You play as Isaac Clarke, an engineer who was sent to help investigate and aid in getting the USG Ishimura up and running. The Ishimura is a type of ship known as a planet cracker and mankind is now in the business of ‘cracking’ planets because we ran out of resources on earth. “Why don’t we just drill on them?” you ask, well you wouldn’t eat a Cadbury’s Creme Egg with a straw would you? Turns out that everything went to shit on the Ishimura; a religious group known as unitologoists had excavated something known as the Black Marker (which they worship). This Black Marker is a manmade object of unknown origin and was found at the bottom of the Yucatan Peninsula on earth back in 2008, getting inside a person’s mind and driving them crazy as well as being able to alter the subject’s DNA. Isaac has to fight his way through the Ishimura to save his girlfriend and, of course, “the day”. I know it sounds a bit of a standard issue affair and my brief description of the first game hasn’t really done it any justice, but there are so many plots twists and hints at things that you as the player need to make your own mind up about that in even hinting at them I could spoil it for you.

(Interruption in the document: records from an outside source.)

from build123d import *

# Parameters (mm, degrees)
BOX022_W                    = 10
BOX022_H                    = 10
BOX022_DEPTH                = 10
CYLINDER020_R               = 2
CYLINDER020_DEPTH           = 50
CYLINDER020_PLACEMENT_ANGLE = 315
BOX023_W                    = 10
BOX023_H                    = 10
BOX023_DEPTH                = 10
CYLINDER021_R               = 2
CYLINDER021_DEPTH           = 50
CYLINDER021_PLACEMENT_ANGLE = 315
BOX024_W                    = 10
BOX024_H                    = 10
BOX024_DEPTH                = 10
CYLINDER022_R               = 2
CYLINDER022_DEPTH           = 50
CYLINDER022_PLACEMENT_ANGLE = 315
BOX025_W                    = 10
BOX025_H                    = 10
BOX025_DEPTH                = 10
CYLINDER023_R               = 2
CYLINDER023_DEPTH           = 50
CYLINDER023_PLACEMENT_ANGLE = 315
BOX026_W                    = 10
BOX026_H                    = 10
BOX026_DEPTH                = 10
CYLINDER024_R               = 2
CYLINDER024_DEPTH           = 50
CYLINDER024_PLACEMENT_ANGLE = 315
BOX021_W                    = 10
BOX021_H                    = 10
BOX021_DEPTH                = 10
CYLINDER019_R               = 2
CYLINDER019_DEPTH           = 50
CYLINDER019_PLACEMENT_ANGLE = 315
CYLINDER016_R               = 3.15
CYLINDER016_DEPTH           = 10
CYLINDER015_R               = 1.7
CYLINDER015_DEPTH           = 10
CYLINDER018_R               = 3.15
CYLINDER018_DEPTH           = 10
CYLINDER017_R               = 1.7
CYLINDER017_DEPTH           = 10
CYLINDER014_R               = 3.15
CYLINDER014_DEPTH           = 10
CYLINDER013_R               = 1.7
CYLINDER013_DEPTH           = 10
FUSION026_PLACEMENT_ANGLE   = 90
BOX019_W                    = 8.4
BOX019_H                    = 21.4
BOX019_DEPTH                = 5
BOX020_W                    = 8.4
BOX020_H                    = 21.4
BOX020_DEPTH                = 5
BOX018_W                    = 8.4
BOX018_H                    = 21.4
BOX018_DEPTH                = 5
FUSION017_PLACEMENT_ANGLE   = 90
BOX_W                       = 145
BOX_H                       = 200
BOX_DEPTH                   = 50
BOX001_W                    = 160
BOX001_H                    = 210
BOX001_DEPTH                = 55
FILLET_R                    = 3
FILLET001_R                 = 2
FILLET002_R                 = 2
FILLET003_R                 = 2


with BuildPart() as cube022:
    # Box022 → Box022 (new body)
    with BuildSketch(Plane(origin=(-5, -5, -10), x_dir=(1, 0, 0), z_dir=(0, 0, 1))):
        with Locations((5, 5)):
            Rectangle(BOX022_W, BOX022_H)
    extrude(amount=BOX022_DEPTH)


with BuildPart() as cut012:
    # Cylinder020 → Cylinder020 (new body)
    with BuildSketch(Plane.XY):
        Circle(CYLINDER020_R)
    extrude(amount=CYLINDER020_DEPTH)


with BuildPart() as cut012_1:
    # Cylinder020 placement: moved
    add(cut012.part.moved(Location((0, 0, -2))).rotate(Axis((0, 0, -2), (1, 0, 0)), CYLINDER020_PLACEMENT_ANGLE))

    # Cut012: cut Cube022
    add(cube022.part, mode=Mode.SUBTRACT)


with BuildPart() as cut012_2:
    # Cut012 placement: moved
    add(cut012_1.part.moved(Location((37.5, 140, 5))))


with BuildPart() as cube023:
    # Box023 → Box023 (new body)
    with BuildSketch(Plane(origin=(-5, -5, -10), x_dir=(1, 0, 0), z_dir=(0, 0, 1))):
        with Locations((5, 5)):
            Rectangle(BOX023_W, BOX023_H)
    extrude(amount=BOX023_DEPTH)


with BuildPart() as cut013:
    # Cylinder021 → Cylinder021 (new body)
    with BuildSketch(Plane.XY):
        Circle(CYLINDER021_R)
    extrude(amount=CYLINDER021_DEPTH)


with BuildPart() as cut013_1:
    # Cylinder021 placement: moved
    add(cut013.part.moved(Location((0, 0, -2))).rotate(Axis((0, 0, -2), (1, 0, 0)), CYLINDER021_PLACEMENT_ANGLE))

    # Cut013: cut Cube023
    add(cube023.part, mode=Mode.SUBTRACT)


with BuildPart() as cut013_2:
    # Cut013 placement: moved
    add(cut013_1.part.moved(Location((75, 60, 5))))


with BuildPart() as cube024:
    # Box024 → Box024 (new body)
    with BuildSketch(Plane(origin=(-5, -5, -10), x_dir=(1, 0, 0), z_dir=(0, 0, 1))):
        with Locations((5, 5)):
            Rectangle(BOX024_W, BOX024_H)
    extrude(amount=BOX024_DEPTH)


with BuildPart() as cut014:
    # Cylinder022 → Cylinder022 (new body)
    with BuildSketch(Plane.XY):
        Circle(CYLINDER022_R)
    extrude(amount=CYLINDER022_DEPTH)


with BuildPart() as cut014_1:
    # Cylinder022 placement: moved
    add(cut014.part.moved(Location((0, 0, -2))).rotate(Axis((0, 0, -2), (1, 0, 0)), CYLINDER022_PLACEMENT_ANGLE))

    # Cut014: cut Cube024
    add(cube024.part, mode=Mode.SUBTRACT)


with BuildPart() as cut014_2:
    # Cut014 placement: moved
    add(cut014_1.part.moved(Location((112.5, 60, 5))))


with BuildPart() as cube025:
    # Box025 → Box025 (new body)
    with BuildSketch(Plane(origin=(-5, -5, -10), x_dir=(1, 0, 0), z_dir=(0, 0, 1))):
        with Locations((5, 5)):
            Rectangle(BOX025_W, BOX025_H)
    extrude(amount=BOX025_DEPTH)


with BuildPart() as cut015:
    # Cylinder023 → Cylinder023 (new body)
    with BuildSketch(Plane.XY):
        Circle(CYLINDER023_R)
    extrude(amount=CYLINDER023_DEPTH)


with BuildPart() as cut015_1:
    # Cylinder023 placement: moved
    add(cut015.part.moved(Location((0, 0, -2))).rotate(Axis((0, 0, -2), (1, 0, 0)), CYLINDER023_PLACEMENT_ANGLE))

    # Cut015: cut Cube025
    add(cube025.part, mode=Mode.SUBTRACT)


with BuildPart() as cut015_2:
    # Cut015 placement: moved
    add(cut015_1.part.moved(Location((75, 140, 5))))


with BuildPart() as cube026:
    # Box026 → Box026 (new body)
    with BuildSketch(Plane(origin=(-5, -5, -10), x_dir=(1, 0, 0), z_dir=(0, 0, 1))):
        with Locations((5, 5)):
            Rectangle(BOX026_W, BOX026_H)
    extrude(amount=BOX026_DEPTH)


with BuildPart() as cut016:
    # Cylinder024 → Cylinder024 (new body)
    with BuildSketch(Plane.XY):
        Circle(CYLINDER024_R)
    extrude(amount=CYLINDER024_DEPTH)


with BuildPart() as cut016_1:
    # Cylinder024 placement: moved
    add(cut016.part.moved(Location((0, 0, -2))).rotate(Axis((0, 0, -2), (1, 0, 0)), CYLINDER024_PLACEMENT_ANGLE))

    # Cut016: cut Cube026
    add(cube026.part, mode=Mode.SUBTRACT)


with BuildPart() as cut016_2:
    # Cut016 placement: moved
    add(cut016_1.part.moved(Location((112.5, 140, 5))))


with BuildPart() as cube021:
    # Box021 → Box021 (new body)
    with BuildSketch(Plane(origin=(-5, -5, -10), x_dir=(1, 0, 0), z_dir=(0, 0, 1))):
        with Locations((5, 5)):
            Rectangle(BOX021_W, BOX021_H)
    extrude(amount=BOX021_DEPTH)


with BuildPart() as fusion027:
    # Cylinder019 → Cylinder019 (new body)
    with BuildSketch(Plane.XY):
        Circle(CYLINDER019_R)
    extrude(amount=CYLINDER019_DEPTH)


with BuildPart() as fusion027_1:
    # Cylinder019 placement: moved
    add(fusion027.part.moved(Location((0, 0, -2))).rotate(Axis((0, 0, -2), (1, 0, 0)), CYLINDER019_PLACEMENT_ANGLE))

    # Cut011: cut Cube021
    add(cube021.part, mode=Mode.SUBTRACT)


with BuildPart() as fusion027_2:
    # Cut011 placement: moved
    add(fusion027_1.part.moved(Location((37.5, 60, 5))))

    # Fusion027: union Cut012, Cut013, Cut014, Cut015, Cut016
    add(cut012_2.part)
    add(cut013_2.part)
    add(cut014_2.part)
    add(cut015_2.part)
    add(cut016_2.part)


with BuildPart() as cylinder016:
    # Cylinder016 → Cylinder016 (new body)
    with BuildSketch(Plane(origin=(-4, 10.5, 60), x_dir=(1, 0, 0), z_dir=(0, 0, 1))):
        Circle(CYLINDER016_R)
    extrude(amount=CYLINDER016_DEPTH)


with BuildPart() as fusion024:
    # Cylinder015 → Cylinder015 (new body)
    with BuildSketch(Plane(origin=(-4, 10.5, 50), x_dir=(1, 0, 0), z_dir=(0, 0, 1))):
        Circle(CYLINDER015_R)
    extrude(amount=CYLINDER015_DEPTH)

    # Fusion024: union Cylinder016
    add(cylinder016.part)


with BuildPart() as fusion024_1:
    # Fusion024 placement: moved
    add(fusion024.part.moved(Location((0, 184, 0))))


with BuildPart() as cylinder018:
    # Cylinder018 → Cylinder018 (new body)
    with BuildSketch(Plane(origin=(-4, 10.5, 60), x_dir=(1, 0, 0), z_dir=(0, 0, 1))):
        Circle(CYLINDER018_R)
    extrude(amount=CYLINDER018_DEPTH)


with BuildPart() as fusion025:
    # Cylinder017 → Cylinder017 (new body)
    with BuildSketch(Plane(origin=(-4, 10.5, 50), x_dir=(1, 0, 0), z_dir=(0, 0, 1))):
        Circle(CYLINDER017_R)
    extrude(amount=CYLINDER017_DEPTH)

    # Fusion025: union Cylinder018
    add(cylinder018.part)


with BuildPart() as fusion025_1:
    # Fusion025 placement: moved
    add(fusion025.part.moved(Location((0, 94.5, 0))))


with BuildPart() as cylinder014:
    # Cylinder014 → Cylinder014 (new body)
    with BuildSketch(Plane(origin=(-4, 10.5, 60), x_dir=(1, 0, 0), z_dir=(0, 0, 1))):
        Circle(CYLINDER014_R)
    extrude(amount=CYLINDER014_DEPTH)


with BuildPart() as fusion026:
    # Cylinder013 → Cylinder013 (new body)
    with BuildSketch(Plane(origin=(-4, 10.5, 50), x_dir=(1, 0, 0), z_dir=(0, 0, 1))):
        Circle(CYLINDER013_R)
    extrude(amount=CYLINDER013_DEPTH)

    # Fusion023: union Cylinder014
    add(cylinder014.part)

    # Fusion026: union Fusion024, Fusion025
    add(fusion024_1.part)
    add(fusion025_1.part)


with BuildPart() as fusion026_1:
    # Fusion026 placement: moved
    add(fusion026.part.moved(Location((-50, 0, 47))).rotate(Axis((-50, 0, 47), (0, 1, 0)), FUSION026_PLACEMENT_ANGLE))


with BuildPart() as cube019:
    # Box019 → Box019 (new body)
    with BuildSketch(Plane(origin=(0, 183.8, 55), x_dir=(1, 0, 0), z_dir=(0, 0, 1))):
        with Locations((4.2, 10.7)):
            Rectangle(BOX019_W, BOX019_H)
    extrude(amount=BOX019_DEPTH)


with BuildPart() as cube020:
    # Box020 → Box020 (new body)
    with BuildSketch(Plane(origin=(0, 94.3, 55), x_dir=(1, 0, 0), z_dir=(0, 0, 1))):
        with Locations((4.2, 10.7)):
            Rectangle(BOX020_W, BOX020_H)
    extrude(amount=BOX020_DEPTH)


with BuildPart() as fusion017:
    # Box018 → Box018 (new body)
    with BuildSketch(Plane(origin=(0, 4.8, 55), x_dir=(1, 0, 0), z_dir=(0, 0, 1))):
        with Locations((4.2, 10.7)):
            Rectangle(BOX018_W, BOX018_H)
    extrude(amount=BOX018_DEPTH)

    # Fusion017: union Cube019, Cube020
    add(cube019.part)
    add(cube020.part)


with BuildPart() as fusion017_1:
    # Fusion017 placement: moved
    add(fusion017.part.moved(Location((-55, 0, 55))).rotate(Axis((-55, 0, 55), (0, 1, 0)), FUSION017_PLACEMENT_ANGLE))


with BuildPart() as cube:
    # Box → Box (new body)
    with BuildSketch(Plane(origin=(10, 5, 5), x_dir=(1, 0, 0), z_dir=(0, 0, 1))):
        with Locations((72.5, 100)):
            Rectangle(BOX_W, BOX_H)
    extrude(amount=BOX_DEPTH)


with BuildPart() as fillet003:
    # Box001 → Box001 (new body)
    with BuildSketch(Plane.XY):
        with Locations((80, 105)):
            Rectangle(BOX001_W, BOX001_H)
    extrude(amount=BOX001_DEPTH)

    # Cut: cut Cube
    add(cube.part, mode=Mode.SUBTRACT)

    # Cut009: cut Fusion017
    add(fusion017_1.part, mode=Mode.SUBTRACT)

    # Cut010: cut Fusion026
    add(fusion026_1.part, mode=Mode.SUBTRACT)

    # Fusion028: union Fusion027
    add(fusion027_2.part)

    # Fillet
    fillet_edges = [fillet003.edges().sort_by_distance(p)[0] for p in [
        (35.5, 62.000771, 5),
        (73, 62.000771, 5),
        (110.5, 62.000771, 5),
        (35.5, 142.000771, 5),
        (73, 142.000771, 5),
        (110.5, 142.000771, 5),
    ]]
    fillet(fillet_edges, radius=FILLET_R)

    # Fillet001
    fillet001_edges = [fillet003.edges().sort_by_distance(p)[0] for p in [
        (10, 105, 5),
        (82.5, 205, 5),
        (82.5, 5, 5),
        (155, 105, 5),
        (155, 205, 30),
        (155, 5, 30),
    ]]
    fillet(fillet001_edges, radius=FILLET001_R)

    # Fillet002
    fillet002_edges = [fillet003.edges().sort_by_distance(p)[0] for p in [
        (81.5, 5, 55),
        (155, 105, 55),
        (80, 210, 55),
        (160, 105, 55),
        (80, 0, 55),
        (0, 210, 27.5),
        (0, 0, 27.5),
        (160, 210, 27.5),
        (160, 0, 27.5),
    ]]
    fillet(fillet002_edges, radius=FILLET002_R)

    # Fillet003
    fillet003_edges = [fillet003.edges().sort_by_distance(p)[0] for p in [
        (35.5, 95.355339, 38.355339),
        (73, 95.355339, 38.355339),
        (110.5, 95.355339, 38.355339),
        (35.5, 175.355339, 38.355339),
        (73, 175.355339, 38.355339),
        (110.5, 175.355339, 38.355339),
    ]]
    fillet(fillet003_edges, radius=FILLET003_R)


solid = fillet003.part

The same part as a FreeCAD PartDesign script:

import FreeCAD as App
import Part
import Sketcher
Q = App.Units.Quantity


def edges_at(feature, points):
    """Names of the edges that pass closest to the given points."""
    edges = feature.Shape.Edges
    near = lambda p: min(range(len(edges)), key=lambda i: edges[i].distToShape(Part.Vertex(*p))[0])
    return sorted({f"Edge{near(p) + 1}" for p in points})


def add_polygon(sketch, points):
    """Adds a closed chain of lines whose ends are joined by coincident constraints."""
    first, n = sketch.GeometryCount, len(points)
    for a, b in zip(points, points[1:] + points[:1]):
        sketch.addGeometry(Part.LineSegment(App.Vector(*a, 0), App.Vector(*b, 0)), False)
    for i in range(n):
        sketch.addConstraint(Sketcher.Constraint("Coincident", first + i, 2, first + (i + 1) % n, 1))

doc = App.newDocument("Part")
body = doc.addObject("PartDesign::Body", "Body")

# Sketch on XY plane
sketch1 = doc.addObject("Sketcher::SketchObject", "Sketch")
body.addObject(sketch1)
sketch1.AttachmentSupport = (doc.XY_Plane, [""])
sketch1.MapMode = "FlatFace"
sketch1.AttachmentOffset = App.Placement(App.Vector(0, 0, -10), App.Rotation())
add_polygon(sketch1, [(-5, 5), (-5, -5), (5, -5), (5, 5)])  # lines 0-3
sketch1.addConstraint([
    Sketcher.Constraint("Vertical", 0),
    Sketcher.Constraint("Horizontal", 1),
    Sketcher.Constraint("Vertical", 2),
    Sketcher.Constraint("Horizontal", 3),
    Sketcher.Constraint("Symmetric", 0, 2, 2, 2, -1, 1),
    Sketcher.Constraint("Equal", 3, 0),
    Sketcher.Constraint("DistanceX", 1, 1, 1, 2, Q("10 mm")),
])
pad1 = doc.addObject("PartDesign::Pad", "Pad")
body.addObject(pad1)
pad1.Profile = sketch1
pad1.Length = 10
body2 = doc.addObject("PartDesign::Body", "Body001")

# Sketch on XY plane
sketch2 = doc.addObject("Sketcher::SketchObject", "Sketch001")
body2.addObject(sketch2)
sketch2.AttachmentSupport = (doc.getObject("XY_Plane001"), [""])
sketch2.MapMode = "FlatFace"
sketch2.addGeometry(Part.Circle(App.Vector(0, 0, 0), App.Vector(0, 0, 1), 2), False)
sketch2.addConstraint([
    Sketcher.Constraint("Coincident", 0, 3, -1, 1),
    Sketcher.Constraint("Diameter", 0, Q("4 mm")),
])
pad2 = doc.addObject("PartDesign::Pad", "Pad001")
body2.addObject(pad2)
pad2.Profile = sketch2
pad2.Length = 50
body3 = doc.addObject("PartDesign::Body", "Body002")
doc.recompute()

body2.Placement = App.Placement(App.Vector(0, 0, -2), App.Rotation(App.Vector(1, 0, 0), 315))
boolean = doc.addObject("PartDesign::Boolean", "Boolean")
body3.addObject(boolean)
boolean.Type = "Fuse"
boolean.addObjects([body2])
doc.recompute()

So in trying to explain the story of Dead Space 2 I’m faced with the same problem, but I’ll give you the intro. The game starts with Isaac having flashbacks to the events of first game while being interviewed by a doctor, this serves as a reminder to anybody who finished the first Dead Space of what happened but it also fills in anybody who didn’t play the first one with the enough back story to be able to get on with it. Obviously I’d recommend picking up the first Dead Space in order to be able to appreciate all the little things in Dead Space 2 and, in turn, get so much more from the story of Isaac Clarke, but it’s not essential and newcomers to the series could just jump right in with Dead Space 2. This first section of the game is presented with brilliant style and I can honestly say I don’t think I’ve seen anything quite like it before. Bang! (That’s me trying to make you jump, it’s not easy with the written word). The screen goes black. Next thing you know you’re strapped to a table with some guy trying to free you when, just as he cuts you free, a Necromorph spikes him in the head and you’re on your own. This introduction to the game is very clever in the same way that The Empire Strikes Back is: no messing about introducing you to the characters and easing you into its universe; it’s a sequel and it knows that so it just hits the ground running. You’ll be feeling pretty helpless at this point; your arms are tied together, you have no weapons, no armour, no health, no mini map and no magic line to point you in the right direction. Just a girl shouting run down the radio at you to run as Necromorphs burst through the glass walls and air vents before tearing towards you because they want to eat your face.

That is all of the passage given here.